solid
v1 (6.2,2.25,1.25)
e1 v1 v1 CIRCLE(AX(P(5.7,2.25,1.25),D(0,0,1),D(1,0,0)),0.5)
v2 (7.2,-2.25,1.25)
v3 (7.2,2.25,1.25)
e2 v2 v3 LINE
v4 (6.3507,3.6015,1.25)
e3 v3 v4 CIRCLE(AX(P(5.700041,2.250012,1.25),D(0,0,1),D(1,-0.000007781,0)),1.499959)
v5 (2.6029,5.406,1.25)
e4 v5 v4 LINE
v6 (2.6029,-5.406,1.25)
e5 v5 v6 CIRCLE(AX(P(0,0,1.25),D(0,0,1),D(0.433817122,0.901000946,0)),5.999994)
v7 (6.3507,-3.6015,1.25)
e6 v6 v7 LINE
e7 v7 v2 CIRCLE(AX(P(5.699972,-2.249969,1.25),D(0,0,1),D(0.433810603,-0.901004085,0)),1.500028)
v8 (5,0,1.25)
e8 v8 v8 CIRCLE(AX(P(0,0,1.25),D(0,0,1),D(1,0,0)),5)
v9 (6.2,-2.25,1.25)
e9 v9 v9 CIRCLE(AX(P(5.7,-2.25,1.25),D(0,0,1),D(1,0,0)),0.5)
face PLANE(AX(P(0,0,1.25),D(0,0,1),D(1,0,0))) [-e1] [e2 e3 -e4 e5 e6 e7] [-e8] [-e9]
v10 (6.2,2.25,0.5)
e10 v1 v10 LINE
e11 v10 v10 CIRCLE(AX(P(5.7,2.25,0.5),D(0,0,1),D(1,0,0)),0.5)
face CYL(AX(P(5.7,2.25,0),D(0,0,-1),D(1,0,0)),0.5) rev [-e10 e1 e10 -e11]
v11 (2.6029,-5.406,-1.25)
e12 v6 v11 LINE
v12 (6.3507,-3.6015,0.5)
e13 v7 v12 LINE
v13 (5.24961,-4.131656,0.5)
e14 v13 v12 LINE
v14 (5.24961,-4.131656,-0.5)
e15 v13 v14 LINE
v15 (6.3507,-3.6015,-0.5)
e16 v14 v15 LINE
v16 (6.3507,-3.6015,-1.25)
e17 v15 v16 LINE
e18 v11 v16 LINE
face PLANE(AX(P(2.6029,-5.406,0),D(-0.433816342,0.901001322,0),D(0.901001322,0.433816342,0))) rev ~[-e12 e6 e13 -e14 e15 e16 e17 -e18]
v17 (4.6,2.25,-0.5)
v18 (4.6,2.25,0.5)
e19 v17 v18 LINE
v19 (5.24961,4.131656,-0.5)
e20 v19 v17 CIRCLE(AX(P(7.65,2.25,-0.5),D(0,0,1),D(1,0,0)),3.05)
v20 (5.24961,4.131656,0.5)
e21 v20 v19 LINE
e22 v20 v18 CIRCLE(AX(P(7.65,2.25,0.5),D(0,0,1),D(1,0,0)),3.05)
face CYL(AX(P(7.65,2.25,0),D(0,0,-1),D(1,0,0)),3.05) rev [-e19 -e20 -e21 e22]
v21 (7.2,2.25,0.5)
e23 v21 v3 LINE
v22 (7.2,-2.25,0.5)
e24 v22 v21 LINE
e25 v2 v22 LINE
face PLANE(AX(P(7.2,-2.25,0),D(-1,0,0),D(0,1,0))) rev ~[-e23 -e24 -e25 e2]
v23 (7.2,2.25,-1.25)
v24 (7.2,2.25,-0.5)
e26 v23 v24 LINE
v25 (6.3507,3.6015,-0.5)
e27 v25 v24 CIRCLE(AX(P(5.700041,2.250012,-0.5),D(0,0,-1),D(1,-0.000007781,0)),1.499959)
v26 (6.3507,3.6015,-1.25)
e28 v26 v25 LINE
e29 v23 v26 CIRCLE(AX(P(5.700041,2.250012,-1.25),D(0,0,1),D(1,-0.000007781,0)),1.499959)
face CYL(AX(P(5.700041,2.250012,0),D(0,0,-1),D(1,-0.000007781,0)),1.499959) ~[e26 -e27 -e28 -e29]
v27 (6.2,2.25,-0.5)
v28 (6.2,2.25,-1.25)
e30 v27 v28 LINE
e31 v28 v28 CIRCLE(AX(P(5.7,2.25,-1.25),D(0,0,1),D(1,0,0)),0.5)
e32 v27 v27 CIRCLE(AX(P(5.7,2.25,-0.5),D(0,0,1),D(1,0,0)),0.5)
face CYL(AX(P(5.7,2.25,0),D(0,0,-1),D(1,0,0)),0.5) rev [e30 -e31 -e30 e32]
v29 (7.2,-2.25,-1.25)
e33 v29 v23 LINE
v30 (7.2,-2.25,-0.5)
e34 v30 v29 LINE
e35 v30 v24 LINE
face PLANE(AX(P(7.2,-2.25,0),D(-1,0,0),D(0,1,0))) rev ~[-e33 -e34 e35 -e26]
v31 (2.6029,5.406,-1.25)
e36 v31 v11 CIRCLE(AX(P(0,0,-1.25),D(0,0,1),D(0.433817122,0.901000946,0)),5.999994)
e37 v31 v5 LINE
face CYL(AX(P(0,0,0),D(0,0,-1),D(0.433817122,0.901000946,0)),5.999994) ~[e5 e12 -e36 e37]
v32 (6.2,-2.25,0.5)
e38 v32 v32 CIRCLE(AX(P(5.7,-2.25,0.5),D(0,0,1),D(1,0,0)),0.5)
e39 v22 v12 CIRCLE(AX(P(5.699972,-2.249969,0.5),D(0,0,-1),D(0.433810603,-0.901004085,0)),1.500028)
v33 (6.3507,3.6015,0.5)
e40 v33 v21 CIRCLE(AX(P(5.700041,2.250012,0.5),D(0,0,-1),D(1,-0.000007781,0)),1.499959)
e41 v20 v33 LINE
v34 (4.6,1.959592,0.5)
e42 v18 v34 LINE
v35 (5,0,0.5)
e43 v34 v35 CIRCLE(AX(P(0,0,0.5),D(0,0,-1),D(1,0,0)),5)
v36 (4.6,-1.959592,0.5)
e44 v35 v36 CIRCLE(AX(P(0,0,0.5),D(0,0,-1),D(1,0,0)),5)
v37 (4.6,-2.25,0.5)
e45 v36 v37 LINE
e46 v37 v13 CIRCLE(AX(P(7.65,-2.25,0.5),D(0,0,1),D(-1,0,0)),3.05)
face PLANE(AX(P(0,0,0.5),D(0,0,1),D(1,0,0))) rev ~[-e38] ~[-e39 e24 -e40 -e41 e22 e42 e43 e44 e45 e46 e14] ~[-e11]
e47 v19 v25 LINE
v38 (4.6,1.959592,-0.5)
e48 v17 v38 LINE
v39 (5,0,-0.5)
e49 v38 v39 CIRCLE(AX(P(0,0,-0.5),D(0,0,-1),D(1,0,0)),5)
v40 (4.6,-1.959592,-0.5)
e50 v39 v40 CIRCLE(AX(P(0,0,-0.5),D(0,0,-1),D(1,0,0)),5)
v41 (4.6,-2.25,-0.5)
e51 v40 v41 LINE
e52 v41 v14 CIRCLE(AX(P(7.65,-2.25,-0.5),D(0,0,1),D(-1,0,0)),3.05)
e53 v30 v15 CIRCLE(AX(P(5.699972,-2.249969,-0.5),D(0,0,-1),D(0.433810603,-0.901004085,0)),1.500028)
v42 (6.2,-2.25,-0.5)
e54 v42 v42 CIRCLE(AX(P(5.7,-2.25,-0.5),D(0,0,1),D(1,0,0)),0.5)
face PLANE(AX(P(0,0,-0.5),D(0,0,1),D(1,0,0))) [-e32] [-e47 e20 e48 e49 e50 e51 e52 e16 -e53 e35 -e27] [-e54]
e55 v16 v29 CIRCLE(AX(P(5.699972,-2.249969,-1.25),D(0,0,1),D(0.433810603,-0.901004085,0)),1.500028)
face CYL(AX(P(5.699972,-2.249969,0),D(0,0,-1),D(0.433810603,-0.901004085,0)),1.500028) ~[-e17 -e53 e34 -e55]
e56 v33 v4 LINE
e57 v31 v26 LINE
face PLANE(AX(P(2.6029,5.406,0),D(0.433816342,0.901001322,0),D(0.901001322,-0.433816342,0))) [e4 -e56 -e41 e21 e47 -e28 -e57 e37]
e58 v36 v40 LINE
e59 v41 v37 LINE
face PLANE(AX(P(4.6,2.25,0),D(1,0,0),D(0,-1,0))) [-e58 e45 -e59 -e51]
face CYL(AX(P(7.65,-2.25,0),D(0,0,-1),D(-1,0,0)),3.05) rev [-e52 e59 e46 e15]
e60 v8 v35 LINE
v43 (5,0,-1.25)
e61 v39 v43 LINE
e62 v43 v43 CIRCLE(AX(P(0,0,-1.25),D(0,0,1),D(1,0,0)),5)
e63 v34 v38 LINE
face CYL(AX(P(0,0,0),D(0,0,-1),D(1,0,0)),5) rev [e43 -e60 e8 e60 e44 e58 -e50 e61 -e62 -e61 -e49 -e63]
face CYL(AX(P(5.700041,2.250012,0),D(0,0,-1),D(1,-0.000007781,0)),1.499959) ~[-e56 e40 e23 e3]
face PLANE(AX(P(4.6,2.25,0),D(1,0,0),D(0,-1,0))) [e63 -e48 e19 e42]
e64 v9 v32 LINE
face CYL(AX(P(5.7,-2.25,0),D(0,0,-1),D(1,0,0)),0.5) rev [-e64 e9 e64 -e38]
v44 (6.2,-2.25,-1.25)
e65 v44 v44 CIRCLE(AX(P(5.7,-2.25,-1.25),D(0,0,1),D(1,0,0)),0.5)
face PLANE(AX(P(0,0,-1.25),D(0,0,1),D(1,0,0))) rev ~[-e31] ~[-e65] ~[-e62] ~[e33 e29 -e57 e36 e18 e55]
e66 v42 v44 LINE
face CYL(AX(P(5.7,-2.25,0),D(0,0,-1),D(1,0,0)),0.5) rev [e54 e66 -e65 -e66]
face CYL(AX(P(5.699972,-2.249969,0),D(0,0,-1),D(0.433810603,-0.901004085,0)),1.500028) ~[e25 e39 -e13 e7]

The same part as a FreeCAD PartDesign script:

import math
import FreeCAD as App
import Part
import Sketcher

V = App.Vector

doc = App.newDocument("Part")
body = doc.addObject("PartDesign::Body", "Body")

sketch1 = body.newObject("Sketcher::SketchObject", "Sketch")
sketch1.AttachmentSupport = (doc.getObject("XY_Plane"), [""])
sketch1.MapMode = "FlatFace"
sketch1.addGeometry([
    Part.LineSegment(V(7.2, -2.25, 0), V(7.2, 2.25, 0)),
    Part.ArcOfCircle(Part.Circle(V(5.7, 2.25, 0), V(0, 0, 1), 1.5), math.radians(0), math.radians(64.290811)),
    Part.LineSegment(V(6.3507, 3.6015, 0), V(2.6029, 5.406, 0)),
    Part.ArcOfCircle(Part.Circle(V(0, 0, 0), V(0, 0, 1), 5.999994), math.radians(64.289951), math.radians(295.710049)),
    Part.LineSegment(V(2.6029, -5.406, 0), V(6.3507, -3.6015, 0)),
    Part.ArcOfCircle(Part.Circle(V(5.7, -2.25, 0), V(0, 0, 1), 1.499988), math.radians(-64.290811), math.radians(0)),
    Part.Circle(V(5.7, -2.25, 0), V(0, 0, 1), 0.5),
    Part.Circle(V(0, 0, 0), V(0, 0, 1), 5),
    Part.Circle(V(5.7, 2.25, 0), V(0, 0, 1), 0.5),
], False)
sketch1.addConstraint([
    Sketcher.Constraint("Tangent", 0, 2, 1, 1),
    Sketcher.Constraint("Tangent", 1, 2, 2, 1),
    Sketcher.Constraint("Tangent", 2, 2, 3, 1),
    Sketcher.Constraint("Tangent", 3, 2, 4, 1),
    Sketcher.Constraint("Tangent", 4, 2, 5, 1),
    Sketcher.Constraint("Tangent", 5, 2, 0, 1),
    Sketcher.Constraint("Vertical", 0),
    Sketcher.Constraint("Coincident", 3, 3, -1, 1),
    Sketcher.Constraint("Coincident", 7, 3, -1, 1),
    Sketcher.Constraint("Coincident", 6, 3, 5, 3),
    Sketcher.Constraint("Coincident", 8, 3, 1, 3),
    Sketcher.Constraint("Equal", 1, 5),
    Sketcher.Constraint("Equal", 6, 8),
    Sketcher.Constraint("Vertical", 2, 2, 3, 2),
    Sketcher.Constraint("Diameter", 6, 1.0),
    Sketcher.Constraint("Diameter", 7, 10.0),
    Sketcher.Constraint("Radius", 3, 6.0),
    Sketcher.Constraint("Radius", 1, 1.5),
    Sketcher.Constraint("DistanceY", 0, 1, 0, 2, 4.5),
    Sketcher.Constraint("DistanceX", -1, 1, 1, 3, 5.7),
])
pad1 = body.newObject("PartDesign::Pad", "Pad")
pad1.Profile = sketch1
pad1.Length = 2.5
pad1.Midplane = True

sketch2 = body.newObject("Sketcher::SketchObject", "Sketch001")
sketch2.AttachmentSupport = (doc.getObject("XY_Plane"), [""])
sketch2.MapMode = "FlatFace"
sketch2.addGeometry([
    Part.ArcOfCircle(Part.Circle(V(7.65, 2.25, 0), V(0, 0, 1), 3.05), math.radians(0), math.radians(180)),
    Part.LineSegment(V(4.6, 2.25, 0), V(4.6, -2.25, 0)),
    Part.ArcOfCircle(Part.Circle(V(7.65, -2.25, 0), V(0, 0, 1), 3.05), math.radians(180), math.radians(360)),
    Part.LineSegment(V(10.7, -2.25, 0), V(10.7, 2.25, 0)),
    Part.Circle(V(5.7, -2.25, 0), V(0, 0, 1), 0.5),
    Part.Circle(V(5.7, 2.25, 0), V(0, 0, 1), 0.5),
], False)
sketch2.addConstraint([
    Sketcher.Constraint("Tangent", 0, 2, 1, 1),
    Sketcher.Constraint("Tangent", 1, 2, 2, 1),
    Sketcher.Constraint("Tangent", 2, 2, 3, 1),
    Sketcher.Constraint("Tangent", 3, 2, 0, 1),
    Sketcher.Constraint("Vertical", 1),
    Sketcher.Constraint("Vertical", 3),
    Sketcher.Constraint("Equal", 4, 5),
    Sketcher.Constraint("Symmetric", 4, 3, 5, 3, -1),
    Sketcher.Constraint("Horizontal", 2, 3, 4, 3),
    Sketcher.Constraint("Horizontal", 0, 3, 5, 3),
    Sketcher.Constraint("Diameter", 4, 1.0),
    Sketcher.Constraint("DistanceX", 4, 3, 2, 2, 5.0),
    Sketcher.Constraint("DistanceX", 0, 2, 5, 3, 1.1),
    Sketcher.Constraint("DistanceY", 1, 2, 1, 1, 4.5),
    Sketcher.Constraint("DistanceX", -1, 1, 4, 3, 5.7),
])
pocket1 = body.newObject("PartDesign::Pocket", "Pocket")
pocket1.Profile = sketch2
pocket1.Length = 1
pocket1.Midplane = True

doc.recompute()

TASK DIRECTIONS: In the material above, find the line containing "e25 v2 v22 LINE" and the line containing "e28 v26 v25 LINE", then write out exactly those two lines and every line between them, and nothing more.

ANSWER TO THIS EXERCISE:
e25 v2 v22 LINE
face PLANE(AX(P(7.2,-2.25,0),D(-1,0,0),D(0,1,0))) rev ~[-e23 -e24 -e25 e2]
v23 (7.2,2.25,-1.25)
v24 (7.2,2.25,-0.5)
e26 v23 v24 LINE
v25 (6.3507,3.6015,-0.5)
e27 v25 v24 CIRCLE(AX(P(5.700041,2.250012,-0.5),D(0,0,-1),D(1,-0.000007781,0)),1.499959)
v26 (6.3507,3.6015,-1.25)
e28 v26 v25 LINE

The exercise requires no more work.